On Fully-Secure Honest Majority MPC Without n² Round Overhead

Fully secure multiparty computation (or guaranteed output delivery) among n parties can be achieved with perfect security if the number of corruptions t is less than n/3, or with statistical security with the help of a broadcast channel if t < n/2. In the case of t < n/3, it is known that it is possible to achieve linear communication complexity, but at a cost of having a round count of Omega(depth(C) + n) in the worst case. The number of rounds can be reduced to O(depth(C)) by either increasing communication, or assuming some correlated randomness (a setting also known as the preprocesing model). For t < n/2 it is also known that linear communication complexity is achievable, but at the cost of Omega(depth(C)+ n(2)) rounds, due to the use of a technique called dispute control.

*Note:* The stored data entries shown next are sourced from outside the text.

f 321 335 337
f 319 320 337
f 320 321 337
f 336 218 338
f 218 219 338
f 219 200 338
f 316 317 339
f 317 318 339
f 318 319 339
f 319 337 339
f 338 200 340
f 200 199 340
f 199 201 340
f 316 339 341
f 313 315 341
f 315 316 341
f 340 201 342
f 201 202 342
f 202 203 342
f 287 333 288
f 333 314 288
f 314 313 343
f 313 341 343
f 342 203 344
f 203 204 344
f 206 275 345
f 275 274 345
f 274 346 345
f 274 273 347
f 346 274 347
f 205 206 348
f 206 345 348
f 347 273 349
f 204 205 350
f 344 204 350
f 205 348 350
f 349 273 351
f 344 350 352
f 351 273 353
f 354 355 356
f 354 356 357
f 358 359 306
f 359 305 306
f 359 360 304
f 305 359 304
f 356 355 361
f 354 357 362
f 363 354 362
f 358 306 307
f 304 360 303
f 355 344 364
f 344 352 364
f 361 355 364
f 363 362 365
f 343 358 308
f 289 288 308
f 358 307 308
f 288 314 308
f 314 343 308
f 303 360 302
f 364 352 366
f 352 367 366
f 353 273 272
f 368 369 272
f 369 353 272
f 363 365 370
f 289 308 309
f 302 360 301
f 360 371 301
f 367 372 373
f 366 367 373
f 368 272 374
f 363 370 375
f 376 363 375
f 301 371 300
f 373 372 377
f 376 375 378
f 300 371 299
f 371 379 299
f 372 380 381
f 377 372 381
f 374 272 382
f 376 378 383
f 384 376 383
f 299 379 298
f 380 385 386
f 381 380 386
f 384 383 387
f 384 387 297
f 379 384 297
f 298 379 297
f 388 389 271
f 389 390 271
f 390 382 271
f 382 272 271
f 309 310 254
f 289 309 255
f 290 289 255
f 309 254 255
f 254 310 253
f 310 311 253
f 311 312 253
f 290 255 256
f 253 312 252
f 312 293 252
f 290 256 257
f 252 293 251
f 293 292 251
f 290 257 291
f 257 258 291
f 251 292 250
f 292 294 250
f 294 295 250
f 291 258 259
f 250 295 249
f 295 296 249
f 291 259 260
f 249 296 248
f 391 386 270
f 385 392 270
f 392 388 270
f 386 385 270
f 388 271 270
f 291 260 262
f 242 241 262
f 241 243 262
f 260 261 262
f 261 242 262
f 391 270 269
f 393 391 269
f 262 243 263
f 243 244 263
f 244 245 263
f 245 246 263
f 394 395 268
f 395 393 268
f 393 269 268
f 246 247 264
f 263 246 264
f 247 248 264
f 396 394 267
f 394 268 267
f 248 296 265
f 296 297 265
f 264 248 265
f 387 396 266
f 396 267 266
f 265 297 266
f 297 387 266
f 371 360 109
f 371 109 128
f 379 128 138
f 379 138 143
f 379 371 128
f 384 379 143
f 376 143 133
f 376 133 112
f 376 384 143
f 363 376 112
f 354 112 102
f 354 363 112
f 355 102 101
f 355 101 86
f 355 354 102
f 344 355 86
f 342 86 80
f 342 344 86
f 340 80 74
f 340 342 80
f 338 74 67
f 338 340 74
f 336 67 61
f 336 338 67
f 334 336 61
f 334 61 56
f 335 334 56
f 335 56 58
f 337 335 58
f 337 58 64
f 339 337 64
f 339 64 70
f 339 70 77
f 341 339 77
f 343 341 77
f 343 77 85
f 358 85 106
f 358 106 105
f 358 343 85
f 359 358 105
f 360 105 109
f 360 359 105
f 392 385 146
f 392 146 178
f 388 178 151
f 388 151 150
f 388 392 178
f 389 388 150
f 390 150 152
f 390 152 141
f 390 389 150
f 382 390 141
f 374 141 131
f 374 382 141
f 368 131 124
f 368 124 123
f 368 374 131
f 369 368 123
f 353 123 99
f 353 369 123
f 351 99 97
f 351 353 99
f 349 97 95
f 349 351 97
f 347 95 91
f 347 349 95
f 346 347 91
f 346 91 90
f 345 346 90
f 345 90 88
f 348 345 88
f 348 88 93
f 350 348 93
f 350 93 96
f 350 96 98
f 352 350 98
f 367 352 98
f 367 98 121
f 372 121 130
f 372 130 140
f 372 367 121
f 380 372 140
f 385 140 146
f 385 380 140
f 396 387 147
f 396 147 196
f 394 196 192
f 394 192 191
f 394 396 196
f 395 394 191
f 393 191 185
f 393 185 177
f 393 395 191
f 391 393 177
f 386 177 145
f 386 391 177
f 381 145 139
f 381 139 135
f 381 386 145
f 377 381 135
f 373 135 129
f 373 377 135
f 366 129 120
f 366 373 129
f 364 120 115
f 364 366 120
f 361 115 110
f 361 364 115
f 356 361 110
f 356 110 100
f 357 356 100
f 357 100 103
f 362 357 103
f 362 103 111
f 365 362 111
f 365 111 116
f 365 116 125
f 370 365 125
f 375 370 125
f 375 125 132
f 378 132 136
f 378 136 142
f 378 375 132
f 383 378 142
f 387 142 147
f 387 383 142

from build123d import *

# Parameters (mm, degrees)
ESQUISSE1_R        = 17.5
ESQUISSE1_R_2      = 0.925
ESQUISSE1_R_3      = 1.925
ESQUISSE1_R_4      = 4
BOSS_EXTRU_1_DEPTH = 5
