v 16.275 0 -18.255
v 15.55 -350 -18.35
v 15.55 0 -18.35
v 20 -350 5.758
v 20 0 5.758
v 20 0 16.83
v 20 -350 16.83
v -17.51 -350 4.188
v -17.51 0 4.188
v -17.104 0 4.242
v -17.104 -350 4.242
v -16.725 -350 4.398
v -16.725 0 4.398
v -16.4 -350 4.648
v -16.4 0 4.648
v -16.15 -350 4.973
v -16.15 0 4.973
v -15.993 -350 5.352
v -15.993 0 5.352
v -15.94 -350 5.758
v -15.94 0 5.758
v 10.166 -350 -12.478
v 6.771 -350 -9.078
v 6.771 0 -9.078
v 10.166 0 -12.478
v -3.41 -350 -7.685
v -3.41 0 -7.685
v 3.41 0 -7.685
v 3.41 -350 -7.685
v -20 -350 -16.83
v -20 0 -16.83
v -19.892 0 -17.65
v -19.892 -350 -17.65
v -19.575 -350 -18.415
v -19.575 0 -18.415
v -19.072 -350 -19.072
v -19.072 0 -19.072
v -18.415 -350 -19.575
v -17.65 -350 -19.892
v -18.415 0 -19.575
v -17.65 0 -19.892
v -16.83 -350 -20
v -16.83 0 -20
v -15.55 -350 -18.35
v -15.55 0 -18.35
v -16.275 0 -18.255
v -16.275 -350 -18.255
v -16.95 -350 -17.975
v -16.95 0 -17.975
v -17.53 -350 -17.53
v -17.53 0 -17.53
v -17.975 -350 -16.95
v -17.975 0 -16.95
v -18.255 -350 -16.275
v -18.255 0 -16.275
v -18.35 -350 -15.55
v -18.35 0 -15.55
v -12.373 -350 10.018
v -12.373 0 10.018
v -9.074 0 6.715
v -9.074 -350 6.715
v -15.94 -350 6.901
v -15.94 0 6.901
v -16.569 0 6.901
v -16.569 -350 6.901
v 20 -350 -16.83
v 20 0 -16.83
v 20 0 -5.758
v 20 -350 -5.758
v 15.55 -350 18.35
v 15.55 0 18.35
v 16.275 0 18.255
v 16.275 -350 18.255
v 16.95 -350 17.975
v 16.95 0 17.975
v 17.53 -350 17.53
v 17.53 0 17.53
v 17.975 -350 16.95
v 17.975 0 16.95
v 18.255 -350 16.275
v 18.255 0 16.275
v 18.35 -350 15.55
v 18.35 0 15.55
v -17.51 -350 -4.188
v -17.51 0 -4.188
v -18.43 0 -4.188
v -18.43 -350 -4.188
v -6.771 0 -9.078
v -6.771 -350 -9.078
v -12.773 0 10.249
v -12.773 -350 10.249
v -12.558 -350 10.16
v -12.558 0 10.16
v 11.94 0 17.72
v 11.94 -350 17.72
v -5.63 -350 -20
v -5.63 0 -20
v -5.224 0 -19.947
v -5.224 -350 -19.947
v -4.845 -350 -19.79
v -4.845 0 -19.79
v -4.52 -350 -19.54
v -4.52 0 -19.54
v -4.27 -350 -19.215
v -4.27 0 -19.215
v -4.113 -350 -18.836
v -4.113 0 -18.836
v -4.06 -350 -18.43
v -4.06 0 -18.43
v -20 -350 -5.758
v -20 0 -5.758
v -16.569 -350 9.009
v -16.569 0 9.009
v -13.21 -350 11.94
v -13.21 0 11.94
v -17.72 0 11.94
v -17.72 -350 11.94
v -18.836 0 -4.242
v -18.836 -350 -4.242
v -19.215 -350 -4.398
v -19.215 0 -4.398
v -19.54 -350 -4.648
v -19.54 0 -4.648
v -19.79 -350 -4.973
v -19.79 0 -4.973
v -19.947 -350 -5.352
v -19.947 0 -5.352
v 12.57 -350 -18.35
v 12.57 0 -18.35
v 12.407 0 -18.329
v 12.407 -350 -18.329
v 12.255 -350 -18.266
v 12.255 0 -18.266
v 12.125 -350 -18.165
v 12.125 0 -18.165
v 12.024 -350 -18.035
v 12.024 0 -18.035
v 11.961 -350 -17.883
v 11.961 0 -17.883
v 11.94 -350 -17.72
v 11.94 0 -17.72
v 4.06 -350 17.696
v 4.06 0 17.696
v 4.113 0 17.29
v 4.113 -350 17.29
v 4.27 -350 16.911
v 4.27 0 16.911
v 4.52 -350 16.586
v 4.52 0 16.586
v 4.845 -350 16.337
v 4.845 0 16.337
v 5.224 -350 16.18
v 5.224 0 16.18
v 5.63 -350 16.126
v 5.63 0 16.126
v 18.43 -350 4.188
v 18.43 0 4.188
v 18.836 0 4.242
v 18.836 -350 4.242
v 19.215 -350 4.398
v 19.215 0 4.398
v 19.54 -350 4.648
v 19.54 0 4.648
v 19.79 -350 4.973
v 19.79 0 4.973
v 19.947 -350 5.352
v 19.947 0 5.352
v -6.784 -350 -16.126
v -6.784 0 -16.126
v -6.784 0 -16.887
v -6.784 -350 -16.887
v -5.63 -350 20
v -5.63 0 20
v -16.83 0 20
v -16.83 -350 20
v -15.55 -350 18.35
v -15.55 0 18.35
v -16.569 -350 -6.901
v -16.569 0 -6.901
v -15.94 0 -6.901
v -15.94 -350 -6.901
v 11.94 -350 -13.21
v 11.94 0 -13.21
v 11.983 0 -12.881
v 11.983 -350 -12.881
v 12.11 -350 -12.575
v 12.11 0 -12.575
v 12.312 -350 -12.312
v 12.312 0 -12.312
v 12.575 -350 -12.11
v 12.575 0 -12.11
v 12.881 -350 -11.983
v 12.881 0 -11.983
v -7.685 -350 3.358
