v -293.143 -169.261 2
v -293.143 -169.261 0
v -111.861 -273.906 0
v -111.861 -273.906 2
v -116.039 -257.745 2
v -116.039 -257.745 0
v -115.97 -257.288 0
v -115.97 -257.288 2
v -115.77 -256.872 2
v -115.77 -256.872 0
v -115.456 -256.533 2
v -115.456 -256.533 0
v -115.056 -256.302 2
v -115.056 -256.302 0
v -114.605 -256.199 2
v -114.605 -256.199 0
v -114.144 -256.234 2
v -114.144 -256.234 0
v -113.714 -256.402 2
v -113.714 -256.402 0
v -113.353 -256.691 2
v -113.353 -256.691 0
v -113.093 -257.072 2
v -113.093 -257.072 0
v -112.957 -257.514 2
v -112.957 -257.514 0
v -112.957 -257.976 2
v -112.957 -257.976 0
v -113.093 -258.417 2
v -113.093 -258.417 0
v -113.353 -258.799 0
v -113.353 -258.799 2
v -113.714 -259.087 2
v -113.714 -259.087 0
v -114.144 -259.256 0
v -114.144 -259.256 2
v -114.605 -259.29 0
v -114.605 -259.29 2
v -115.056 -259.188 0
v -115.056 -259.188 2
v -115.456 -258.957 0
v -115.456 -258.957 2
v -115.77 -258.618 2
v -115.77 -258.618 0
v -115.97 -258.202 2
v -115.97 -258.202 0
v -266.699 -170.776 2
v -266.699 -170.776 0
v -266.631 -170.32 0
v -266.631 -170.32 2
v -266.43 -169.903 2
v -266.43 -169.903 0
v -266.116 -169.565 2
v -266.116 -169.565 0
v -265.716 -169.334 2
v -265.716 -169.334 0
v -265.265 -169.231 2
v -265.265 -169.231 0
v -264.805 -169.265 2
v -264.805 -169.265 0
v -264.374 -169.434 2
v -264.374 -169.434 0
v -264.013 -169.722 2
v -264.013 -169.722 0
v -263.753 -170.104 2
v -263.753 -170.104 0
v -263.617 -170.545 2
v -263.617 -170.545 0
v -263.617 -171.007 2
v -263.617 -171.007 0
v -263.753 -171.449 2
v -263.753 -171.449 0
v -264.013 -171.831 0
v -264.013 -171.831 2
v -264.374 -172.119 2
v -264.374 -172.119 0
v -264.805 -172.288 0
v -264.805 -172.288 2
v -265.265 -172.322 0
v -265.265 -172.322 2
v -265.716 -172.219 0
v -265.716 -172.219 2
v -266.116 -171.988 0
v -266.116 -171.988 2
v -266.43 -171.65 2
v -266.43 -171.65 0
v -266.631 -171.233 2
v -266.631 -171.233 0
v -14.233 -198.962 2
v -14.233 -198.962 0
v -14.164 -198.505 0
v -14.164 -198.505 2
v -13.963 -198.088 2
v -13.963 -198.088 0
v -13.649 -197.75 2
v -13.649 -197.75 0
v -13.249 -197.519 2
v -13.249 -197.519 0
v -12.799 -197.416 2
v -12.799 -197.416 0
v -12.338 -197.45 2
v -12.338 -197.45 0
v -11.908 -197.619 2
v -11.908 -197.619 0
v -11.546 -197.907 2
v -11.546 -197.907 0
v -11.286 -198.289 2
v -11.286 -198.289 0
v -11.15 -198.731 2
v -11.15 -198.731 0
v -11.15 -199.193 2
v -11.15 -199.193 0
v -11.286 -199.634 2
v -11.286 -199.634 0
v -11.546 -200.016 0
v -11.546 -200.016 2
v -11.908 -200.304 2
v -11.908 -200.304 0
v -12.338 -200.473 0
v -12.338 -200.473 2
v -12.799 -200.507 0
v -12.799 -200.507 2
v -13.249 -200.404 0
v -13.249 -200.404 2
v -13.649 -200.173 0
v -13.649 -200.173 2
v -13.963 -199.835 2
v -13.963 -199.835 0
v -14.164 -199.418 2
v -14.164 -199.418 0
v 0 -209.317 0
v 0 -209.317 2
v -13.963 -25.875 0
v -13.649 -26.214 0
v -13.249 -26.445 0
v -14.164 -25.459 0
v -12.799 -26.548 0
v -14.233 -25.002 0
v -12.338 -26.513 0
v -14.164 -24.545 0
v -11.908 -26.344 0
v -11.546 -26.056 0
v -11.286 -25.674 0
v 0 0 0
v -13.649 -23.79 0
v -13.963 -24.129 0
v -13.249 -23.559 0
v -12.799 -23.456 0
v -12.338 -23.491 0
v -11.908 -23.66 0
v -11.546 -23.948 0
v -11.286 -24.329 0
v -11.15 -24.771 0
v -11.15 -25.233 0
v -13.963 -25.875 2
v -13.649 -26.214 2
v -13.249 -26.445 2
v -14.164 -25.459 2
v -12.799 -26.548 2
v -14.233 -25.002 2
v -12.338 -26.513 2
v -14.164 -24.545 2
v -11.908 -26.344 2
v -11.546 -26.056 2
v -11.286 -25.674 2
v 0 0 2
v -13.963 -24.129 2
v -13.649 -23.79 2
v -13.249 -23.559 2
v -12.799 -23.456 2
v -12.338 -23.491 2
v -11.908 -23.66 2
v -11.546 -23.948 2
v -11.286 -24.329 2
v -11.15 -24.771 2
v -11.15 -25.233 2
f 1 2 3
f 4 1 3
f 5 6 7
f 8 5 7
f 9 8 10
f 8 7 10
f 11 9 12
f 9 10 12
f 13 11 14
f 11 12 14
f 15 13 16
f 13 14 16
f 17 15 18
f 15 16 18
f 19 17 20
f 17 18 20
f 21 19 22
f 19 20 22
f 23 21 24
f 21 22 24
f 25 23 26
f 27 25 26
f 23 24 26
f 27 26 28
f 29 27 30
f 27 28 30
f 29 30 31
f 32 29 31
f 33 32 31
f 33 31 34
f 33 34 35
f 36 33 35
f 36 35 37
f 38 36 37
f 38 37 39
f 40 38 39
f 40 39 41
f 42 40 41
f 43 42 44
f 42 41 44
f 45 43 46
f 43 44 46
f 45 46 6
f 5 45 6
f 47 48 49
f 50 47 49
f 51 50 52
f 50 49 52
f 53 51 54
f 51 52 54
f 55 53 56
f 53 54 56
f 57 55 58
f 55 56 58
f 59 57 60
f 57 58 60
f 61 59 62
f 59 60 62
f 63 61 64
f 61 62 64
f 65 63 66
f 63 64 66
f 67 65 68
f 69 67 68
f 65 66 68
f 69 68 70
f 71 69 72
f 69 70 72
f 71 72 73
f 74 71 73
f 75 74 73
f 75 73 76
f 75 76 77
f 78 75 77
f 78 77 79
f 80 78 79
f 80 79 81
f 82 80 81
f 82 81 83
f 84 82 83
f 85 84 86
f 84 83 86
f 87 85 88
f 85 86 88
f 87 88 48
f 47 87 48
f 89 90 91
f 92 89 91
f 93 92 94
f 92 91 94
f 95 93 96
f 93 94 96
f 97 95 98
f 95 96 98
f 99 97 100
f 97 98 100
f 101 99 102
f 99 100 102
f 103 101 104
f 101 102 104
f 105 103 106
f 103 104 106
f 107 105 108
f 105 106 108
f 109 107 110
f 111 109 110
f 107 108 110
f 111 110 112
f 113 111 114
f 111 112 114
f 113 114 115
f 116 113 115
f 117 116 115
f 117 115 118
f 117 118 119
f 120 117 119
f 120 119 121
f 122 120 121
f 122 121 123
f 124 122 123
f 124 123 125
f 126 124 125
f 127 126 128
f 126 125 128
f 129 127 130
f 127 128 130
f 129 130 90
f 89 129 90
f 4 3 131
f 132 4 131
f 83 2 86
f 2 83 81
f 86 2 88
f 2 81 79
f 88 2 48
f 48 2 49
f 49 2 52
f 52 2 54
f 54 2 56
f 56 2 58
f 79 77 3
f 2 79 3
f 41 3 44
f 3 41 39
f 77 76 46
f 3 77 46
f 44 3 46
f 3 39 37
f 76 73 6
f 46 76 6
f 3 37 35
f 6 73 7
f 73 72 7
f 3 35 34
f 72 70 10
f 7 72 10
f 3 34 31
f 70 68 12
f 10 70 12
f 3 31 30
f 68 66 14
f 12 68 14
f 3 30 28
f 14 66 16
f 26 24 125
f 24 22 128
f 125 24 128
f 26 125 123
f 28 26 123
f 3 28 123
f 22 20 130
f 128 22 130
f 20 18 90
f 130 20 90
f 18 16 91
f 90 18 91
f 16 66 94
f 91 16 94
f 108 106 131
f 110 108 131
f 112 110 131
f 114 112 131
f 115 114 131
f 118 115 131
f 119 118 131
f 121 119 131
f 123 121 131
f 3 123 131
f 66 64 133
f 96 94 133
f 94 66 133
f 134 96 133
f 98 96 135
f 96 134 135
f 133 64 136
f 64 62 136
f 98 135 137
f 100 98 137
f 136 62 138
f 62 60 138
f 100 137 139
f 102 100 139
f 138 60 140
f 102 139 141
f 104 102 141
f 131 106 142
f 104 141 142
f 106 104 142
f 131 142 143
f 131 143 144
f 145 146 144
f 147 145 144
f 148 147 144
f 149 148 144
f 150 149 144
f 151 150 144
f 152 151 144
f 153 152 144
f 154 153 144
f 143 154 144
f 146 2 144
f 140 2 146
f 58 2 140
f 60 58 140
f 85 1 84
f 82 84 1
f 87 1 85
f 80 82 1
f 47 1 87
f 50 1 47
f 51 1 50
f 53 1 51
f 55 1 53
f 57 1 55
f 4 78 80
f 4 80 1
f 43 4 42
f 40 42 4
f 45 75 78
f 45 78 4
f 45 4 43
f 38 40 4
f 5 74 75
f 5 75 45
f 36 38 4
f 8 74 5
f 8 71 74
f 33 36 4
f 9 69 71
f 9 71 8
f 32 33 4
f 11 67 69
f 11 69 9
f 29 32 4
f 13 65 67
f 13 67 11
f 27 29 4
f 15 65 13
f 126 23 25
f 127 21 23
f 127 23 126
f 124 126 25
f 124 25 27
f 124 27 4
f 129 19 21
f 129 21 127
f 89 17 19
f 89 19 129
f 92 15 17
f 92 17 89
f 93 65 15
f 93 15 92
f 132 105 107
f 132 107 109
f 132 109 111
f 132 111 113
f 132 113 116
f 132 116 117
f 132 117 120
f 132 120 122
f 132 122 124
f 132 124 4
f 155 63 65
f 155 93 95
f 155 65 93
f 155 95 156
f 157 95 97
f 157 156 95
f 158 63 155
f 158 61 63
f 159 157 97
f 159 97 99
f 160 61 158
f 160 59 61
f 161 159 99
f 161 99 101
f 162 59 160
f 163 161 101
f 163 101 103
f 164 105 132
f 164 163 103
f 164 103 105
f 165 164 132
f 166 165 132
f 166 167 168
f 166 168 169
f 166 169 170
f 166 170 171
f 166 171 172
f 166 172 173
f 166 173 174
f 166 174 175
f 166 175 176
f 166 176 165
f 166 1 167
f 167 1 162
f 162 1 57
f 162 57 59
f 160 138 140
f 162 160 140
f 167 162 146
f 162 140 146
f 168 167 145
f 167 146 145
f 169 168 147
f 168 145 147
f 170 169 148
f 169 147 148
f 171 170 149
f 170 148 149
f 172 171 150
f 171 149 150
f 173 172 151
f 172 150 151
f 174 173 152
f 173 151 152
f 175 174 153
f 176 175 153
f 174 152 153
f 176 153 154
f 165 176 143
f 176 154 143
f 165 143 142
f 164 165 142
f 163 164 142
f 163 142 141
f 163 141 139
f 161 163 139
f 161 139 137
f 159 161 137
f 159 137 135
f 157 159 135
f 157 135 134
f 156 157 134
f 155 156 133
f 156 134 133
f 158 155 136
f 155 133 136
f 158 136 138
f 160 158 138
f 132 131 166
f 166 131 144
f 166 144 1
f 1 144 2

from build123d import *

# Parameters (mm, degrees)
EXTRUDE_1_DEPTH     = 2
SKETCH_3_R          = 1.55
CUT_EXTRUDE_1_DEPTH = 2


with BuildPart() as part:
    # Эскиз1 → Бобышка-Вытянуть1 (new body)
    with BuildSketch(Plane.XY):
        Polygon((0, 0), (-293.143158486, -169.261155122), (-111.86100446, -273.906060772), (0, -209.31740407), align=None)
    extrude(amount=EXTRUDE_1_DEPTH)

    # Эскиз3 → Вырез-Вытянуть1 (cut)
    with BuildSketch(Plane(origin=(0, 0, 0), x_dir=(-1, 0, 0), z_dir=(0, 0, -1))):
        with Locations((12.682716025, -25.001847817)):
            Circle(SKETCH_3_R)
        with Locations((12.682716025, -198.961582281)):
            Circle(SKETCH_3_R)
        with Locations((114.489281174, -257.744795592)):
            Circle(SKETCH_3_R)
        with Locations((265.149449722, -170.776394274)):
            Circle(SKETCH_3_R)
    extrude(amount=-CUT_EXTRUDE_1_DEPTH, mode=Mode.SUBTRACT)


solid = part.part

However, in contrast to the t < n/3 setting, it is not known how to reduce this round count for t < n/2 to O(depth(C)), neither allowing for larger communication, or by using correlated randomness. In this work we make progress in this direction by taking the second route above: we present a fully secure protocol for t < n/2 in the preprocessing model, that achieves linear communication complexity, and whose round complexity is only O(depth(C)), without the additive n(2) term that appears from the use of dispute control. While on the t < n/3 such result requires circuits of width Omega(n), in our case circuits must be of width Omega(n(2)), leaving it as an interesting future problem to reduce this gap. Our O(depth(C)) round count is achieved by avoiding the use of dispute control entirely, relying on a different tool for guaranteeing output. In the t < n/3 setting when correlated randomness is available, this is done by using error correction to reconstruct secret-shared values, but in the t < n/2 case the equivalent is robust secret-sharing, which guarantees the reconstruction of a secret in spite of errors. However, we note that a direct use of such tool would lead to quadratic communication, stemming from the fact that each party needs to authenticate their share towards each other party. At the crux of our techniques lies a novel method for reconstructing a batch of robustly secret-shared values while involving only a linear amount of communication per secret, which may also be of independent interest.